A CHERI capability is an 128-bit entity that contains a pointer (native address) alongside a range of metadata that can be used to provide both hardware-level and software-level security guarantees. Perhaps the most important parts of this metadata are the capability's bounds - the base and limit of the address range for which the capability can be dereferenced. However, on a 64-bit platform the pointer, base and limit of the capability are all 64-bit values and therefore together require 192 bits for storage. Taking into account the other metadata that a CHERI capability stores and the alignment requirements for pointer types, if the base and limit were stored as raw addresses then a capability would be a 256-bit fat pointer. Moving from 64-bit to 256-bit pointers would create very large memory overheads for programmes executed on CHERI platforms. As a result, a new capability compression scheme called CHERI Concentrate was pioneered for CHERI platforms.

CHERI Concentrate compresses the metadata of a capability into just 64-bits (plus an extra bit called the validity tag that is stored separately). This reduces the memory overhead of using CHERI capabilities and more information on CHERI Concentrate can be found here and here. However, there is a limitation associated with using compressed capabilities - not all pointer, base and limit combinations are representable within a CHERI capability. The way CHERI Concentrate has been applied on the Morello demonstrator means that for an object with bounds length <= 16,384 bytes (1024 words on Morello) any combination of pointer, base and limit is exactly representable. However, above this limit not all combinations are exactly representable and the bounds for a capability can become an overestimate (i.e. the bounds extend before the desired base and/or after the desired limit). Majority of allocations are small making this is a reasonable trade-off. For example, Project Lilliput found that for realistic Java workloads the average size of a Java object is within the region of 32 to 64 bytes (see a summary in this JEP Motivation Description and the experiment results for Project Lilliput).

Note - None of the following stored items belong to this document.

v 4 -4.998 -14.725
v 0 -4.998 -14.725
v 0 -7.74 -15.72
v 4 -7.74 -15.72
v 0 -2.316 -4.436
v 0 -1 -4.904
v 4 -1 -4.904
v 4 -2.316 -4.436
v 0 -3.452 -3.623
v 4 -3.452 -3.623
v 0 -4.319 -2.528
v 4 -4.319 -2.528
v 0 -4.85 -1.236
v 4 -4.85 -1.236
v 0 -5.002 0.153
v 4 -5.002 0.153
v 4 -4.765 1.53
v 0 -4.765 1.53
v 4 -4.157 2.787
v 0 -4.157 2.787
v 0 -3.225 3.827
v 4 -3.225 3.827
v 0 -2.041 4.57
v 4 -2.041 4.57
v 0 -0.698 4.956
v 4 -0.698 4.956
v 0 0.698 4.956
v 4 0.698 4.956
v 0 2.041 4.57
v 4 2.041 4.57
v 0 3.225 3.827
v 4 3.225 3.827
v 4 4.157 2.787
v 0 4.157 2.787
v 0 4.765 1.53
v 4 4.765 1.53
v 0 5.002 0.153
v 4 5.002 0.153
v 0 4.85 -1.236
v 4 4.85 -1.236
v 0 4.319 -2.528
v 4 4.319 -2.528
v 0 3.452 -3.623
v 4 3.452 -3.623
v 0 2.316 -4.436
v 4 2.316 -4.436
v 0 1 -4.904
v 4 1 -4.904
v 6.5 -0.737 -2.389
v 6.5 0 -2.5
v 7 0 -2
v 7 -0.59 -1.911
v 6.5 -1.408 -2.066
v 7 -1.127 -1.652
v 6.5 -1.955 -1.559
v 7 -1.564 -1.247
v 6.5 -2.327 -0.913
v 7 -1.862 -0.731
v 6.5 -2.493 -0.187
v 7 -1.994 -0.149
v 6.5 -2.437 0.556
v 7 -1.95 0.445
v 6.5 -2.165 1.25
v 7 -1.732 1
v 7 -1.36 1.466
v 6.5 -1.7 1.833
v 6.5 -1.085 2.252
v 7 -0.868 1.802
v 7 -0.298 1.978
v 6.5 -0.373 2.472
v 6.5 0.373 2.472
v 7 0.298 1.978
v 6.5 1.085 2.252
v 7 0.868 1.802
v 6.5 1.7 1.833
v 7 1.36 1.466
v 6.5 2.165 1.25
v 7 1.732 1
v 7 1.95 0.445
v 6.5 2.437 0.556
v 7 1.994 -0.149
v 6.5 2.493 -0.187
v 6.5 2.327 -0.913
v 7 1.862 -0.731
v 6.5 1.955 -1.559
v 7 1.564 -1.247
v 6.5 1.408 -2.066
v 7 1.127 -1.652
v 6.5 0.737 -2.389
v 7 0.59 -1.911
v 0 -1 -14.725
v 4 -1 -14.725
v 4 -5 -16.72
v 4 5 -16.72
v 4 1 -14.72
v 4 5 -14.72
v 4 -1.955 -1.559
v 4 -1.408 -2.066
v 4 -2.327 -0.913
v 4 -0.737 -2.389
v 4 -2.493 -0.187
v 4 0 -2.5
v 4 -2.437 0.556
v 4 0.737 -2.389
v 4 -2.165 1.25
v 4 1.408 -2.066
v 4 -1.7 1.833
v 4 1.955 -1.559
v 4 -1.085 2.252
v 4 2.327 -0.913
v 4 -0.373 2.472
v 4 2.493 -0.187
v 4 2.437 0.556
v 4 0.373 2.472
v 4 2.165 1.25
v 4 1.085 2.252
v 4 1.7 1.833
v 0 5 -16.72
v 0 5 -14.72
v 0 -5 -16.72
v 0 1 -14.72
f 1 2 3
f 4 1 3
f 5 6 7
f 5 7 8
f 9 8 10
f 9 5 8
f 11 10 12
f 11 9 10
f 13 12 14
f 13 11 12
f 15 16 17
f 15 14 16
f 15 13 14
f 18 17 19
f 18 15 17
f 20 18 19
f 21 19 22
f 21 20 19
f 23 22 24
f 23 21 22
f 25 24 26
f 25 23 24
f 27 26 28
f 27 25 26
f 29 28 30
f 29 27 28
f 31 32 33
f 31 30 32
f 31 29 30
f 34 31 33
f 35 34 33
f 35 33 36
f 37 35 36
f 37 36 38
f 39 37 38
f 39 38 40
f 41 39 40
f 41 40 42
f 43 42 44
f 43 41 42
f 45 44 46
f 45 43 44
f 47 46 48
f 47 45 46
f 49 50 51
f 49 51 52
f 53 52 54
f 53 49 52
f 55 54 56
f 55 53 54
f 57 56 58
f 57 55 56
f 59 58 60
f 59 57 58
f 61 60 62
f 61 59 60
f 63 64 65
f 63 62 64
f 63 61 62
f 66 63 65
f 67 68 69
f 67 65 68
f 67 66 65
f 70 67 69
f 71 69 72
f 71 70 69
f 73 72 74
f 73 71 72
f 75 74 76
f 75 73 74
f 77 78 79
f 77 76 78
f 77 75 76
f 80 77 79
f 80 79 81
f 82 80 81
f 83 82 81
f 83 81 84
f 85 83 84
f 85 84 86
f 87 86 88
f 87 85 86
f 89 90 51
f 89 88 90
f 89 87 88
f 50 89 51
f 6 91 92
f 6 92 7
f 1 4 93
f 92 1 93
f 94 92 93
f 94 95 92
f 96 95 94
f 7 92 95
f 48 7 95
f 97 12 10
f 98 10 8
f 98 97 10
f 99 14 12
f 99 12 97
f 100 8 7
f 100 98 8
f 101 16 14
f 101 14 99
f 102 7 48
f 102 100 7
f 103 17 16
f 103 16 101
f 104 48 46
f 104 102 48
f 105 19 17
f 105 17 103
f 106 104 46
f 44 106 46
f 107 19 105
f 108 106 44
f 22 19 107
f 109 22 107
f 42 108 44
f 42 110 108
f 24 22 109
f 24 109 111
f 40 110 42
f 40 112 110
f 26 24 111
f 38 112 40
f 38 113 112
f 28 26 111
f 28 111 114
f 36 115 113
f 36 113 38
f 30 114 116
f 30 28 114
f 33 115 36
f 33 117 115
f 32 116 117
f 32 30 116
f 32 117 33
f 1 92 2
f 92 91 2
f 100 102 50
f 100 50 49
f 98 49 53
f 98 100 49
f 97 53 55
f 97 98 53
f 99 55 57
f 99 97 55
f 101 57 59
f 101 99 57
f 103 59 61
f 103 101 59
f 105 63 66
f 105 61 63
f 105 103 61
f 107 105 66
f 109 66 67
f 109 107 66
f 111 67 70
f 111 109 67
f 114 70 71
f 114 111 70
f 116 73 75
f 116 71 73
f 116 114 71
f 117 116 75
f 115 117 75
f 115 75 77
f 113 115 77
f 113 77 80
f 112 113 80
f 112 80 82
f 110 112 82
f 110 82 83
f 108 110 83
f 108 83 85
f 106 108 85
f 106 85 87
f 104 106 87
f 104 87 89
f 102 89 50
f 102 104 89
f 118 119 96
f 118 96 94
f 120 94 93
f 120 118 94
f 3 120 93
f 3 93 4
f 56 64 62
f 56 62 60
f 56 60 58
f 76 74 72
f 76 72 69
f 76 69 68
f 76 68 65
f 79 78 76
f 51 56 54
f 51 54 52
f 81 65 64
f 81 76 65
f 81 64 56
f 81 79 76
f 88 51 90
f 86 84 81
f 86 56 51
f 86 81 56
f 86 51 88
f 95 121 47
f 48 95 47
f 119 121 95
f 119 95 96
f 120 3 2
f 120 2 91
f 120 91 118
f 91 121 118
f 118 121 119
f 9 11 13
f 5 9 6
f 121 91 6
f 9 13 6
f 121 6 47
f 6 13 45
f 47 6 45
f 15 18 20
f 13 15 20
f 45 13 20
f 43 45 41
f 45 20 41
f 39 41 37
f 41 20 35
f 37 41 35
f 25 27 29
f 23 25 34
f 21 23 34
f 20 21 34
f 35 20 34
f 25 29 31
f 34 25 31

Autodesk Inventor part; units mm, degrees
ref_plane "YZ Plane" through (0, 0, 0) normal (1, 0, 0) x (0, 1, 0)
ref_plane "XZ Plane" through (0, 0, 0) normal (0, 1, 0) x (-1, 0, 0)
ref_plane "XY Plane" through (0, 0, 0) normal (0, 0, 1) x (1, 0, 0)
sketch "Esboço1" plane through (0, 0, 0) normal (1, 0, 0) x (0, 1, 0)
  arc A0 (1, -4.9038) -> (-1, -4.9038) centre (0, 0) ccw
  line L0 (-1, -14.7248) -> (-1, -4.9038)
  line L1 (1, -14.72) -> (1, -4.9038)
  line L2 (1, -14.72) -> (5, -14.72)
  line L3 (5, -14.72) -> (5, -16.72)
  line L4 (5, -16.72) -> (-5, -16.72)
  line L5 (-1, -14.7248) -> (-4.9983, -14.7248)
  line L6 (-5, -16.72) -> (-7.74, -15.72)
  line L7 (-4.9983, -14.7248) -> (-7.74, -15.72)
extrude "Extrusão1" add sketch "Esboço1" along normal blind 4
sketch "Esboço2" plane through (4, 0, 0) normal (1, 0, 0) x (0, 0, -1)
  circle A0 centre (0, 0) radius 2.5
  dimension "d20" = 5
extrude "Extrusão2" add sketch "Esboço2" along normal blind 3
chamfer "Chanfro1" distance 0.5 angle 45 1 edges at (7, 0, 2.5) measured on face at (7, -0.6619, -1.2612)
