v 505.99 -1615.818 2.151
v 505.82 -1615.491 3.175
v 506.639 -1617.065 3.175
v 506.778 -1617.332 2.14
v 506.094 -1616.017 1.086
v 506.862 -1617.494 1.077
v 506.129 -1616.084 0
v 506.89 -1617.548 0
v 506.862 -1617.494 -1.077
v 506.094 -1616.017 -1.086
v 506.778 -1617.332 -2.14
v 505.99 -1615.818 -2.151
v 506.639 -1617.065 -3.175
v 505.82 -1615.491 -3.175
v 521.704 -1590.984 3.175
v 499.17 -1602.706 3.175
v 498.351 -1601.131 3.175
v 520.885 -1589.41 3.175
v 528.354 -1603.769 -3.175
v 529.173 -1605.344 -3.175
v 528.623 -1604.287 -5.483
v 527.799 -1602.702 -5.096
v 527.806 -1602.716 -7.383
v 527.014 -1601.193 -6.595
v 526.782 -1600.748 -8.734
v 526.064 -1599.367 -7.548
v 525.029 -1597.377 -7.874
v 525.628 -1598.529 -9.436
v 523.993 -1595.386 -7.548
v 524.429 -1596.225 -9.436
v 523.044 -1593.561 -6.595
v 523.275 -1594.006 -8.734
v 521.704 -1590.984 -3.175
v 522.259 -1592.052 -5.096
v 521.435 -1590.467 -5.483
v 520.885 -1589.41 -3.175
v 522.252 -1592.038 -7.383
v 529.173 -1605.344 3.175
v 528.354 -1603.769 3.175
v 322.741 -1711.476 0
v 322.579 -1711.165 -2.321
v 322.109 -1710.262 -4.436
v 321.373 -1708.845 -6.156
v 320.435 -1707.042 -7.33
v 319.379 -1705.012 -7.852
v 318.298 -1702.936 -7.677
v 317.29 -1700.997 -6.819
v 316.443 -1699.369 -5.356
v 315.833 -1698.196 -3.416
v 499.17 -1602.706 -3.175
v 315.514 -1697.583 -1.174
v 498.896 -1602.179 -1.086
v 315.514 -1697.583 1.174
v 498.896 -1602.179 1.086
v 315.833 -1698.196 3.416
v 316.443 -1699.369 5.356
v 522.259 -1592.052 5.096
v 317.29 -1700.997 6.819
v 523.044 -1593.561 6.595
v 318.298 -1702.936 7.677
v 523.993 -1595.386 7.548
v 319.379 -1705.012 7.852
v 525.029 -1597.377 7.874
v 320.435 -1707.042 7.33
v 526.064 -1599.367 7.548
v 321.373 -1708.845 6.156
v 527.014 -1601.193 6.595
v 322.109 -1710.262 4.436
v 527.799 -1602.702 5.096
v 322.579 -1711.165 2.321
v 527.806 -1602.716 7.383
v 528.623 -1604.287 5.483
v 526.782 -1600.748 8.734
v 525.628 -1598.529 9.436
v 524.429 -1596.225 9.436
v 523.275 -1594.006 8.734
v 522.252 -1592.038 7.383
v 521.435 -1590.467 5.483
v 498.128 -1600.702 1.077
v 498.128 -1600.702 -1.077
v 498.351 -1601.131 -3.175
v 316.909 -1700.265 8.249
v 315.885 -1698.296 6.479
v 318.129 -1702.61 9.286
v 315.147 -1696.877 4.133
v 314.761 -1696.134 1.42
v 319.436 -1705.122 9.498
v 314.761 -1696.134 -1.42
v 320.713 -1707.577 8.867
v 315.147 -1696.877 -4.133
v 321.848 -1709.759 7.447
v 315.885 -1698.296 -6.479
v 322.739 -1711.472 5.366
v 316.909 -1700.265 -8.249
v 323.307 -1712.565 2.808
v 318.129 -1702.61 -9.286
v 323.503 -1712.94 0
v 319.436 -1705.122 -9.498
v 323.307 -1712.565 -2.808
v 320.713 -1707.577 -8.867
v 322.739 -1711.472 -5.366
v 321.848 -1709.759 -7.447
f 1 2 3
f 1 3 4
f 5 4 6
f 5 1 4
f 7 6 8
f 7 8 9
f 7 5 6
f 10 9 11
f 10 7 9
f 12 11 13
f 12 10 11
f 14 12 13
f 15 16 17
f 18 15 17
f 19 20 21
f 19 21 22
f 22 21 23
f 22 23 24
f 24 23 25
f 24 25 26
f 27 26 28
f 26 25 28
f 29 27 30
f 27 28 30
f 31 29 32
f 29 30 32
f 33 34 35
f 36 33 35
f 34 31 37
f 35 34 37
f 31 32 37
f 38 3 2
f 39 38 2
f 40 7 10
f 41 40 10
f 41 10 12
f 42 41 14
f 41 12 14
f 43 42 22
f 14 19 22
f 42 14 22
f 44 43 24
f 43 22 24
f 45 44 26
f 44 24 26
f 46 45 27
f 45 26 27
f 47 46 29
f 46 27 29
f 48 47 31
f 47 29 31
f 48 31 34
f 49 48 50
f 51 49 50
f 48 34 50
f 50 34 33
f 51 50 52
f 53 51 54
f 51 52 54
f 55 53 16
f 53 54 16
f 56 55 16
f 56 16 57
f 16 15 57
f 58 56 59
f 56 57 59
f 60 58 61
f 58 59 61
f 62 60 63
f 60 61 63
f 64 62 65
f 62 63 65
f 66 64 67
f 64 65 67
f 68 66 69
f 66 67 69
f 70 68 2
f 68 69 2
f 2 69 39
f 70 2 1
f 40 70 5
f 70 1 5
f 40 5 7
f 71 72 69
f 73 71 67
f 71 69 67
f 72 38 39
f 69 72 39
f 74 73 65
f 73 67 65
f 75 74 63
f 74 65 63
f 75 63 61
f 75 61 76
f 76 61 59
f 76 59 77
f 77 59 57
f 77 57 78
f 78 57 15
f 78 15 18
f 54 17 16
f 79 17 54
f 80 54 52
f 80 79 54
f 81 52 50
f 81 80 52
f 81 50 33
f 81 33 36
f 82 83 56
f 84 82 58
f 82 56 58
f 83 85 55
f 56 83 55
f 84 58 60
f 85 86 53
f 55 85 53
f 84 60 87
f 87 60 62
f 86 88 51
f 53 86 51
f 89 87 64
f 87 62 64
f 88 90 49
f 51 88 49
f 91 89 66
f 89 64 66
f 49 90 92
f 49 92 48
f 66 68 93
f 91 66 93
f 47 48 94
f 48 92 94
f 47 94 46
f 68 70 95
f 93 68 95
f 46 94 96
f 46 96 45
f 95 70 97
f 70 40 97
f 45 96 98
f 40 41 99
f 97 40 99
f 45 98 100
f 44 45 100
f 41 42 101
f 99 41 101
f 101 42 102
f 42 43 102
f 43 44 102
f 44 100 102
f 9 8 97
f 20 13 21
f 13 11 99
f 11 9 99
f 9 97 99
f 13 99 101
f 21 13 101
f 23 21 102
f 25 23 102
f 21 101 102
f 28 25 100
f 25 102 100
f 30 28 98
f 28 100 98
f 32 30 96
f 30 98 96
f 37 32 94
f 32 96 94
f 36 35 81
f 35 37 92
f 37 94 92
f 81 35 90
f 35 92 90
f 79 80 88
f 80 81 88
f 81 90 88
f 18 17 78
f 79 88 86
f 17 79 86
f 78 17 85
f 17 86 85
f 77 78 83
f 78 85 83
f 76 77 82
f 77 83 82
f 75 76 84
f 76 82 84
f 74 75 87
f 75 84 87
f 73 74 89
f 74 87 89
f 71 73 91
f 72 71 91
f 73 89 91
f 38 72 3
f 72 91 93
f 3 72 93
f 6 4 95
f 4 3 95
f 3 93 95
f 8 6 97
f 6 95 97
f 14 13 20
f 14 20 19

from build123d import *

# Parameters (mm, degrees)
CUT_EXTRUDE1_START = -25.4
SKETCH2_W          = 6.35
SKETCH2_H          = 19.05
CUT_EXTRUDE1_DEPTH = 25.4


with BuildPart() as part:
    # Sketch1 → Revolve1 (revolve)
    with BuildSketch(Plane.XY):
        Polygon((528.662376284, -1604.36232837), (529.424259242, -1605.827024707), (323.502507791, -1712.940198389), (322.740624833, -1711.475502052), align=None)
    revolve(axis=Axis((319.107029188, -1704.490027216, 0), (0.887157078, 0.46146757, 0)))

    # Sketch2 → Cut-Extrude1 (cut)
    with BuildSketch(Plane(origin=(-240.734168067, -125.221355071, 0), x_dir=(0, 0, -1), z_dir=(0.887157078, 0.46146757, 0)).offset(CUT_EXTRUDE1_START)):
        with Locations((0, -1659.407938171)):
            Rectangle(SKETCH2_W, SKETCH2_H)
    extrude(amount=CUT_EXTRUDE1_DEPTH, mode=Mode.SUBTRACT)


solid = part.part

The trade-off between memory overhead and bounds accuracy for large objects may be a worthwhile one to make, but it does lead to challenges when implementing an allocator on CHERI. For any allocator looking to guarantee exactly-constrained allocation bounds a couple of modifications are required for any allocation with a size greater than the exactly representable threshold:

1. The length of the allocation must be a cheri_representable_length - which may require the memory overhead of padding out the allocation to meet this requirement.
2. The start address (i.e. base) of the allocation may have to be aligned up to ensure that an exactly-representable base address is possible, again potentially creating memory overhead.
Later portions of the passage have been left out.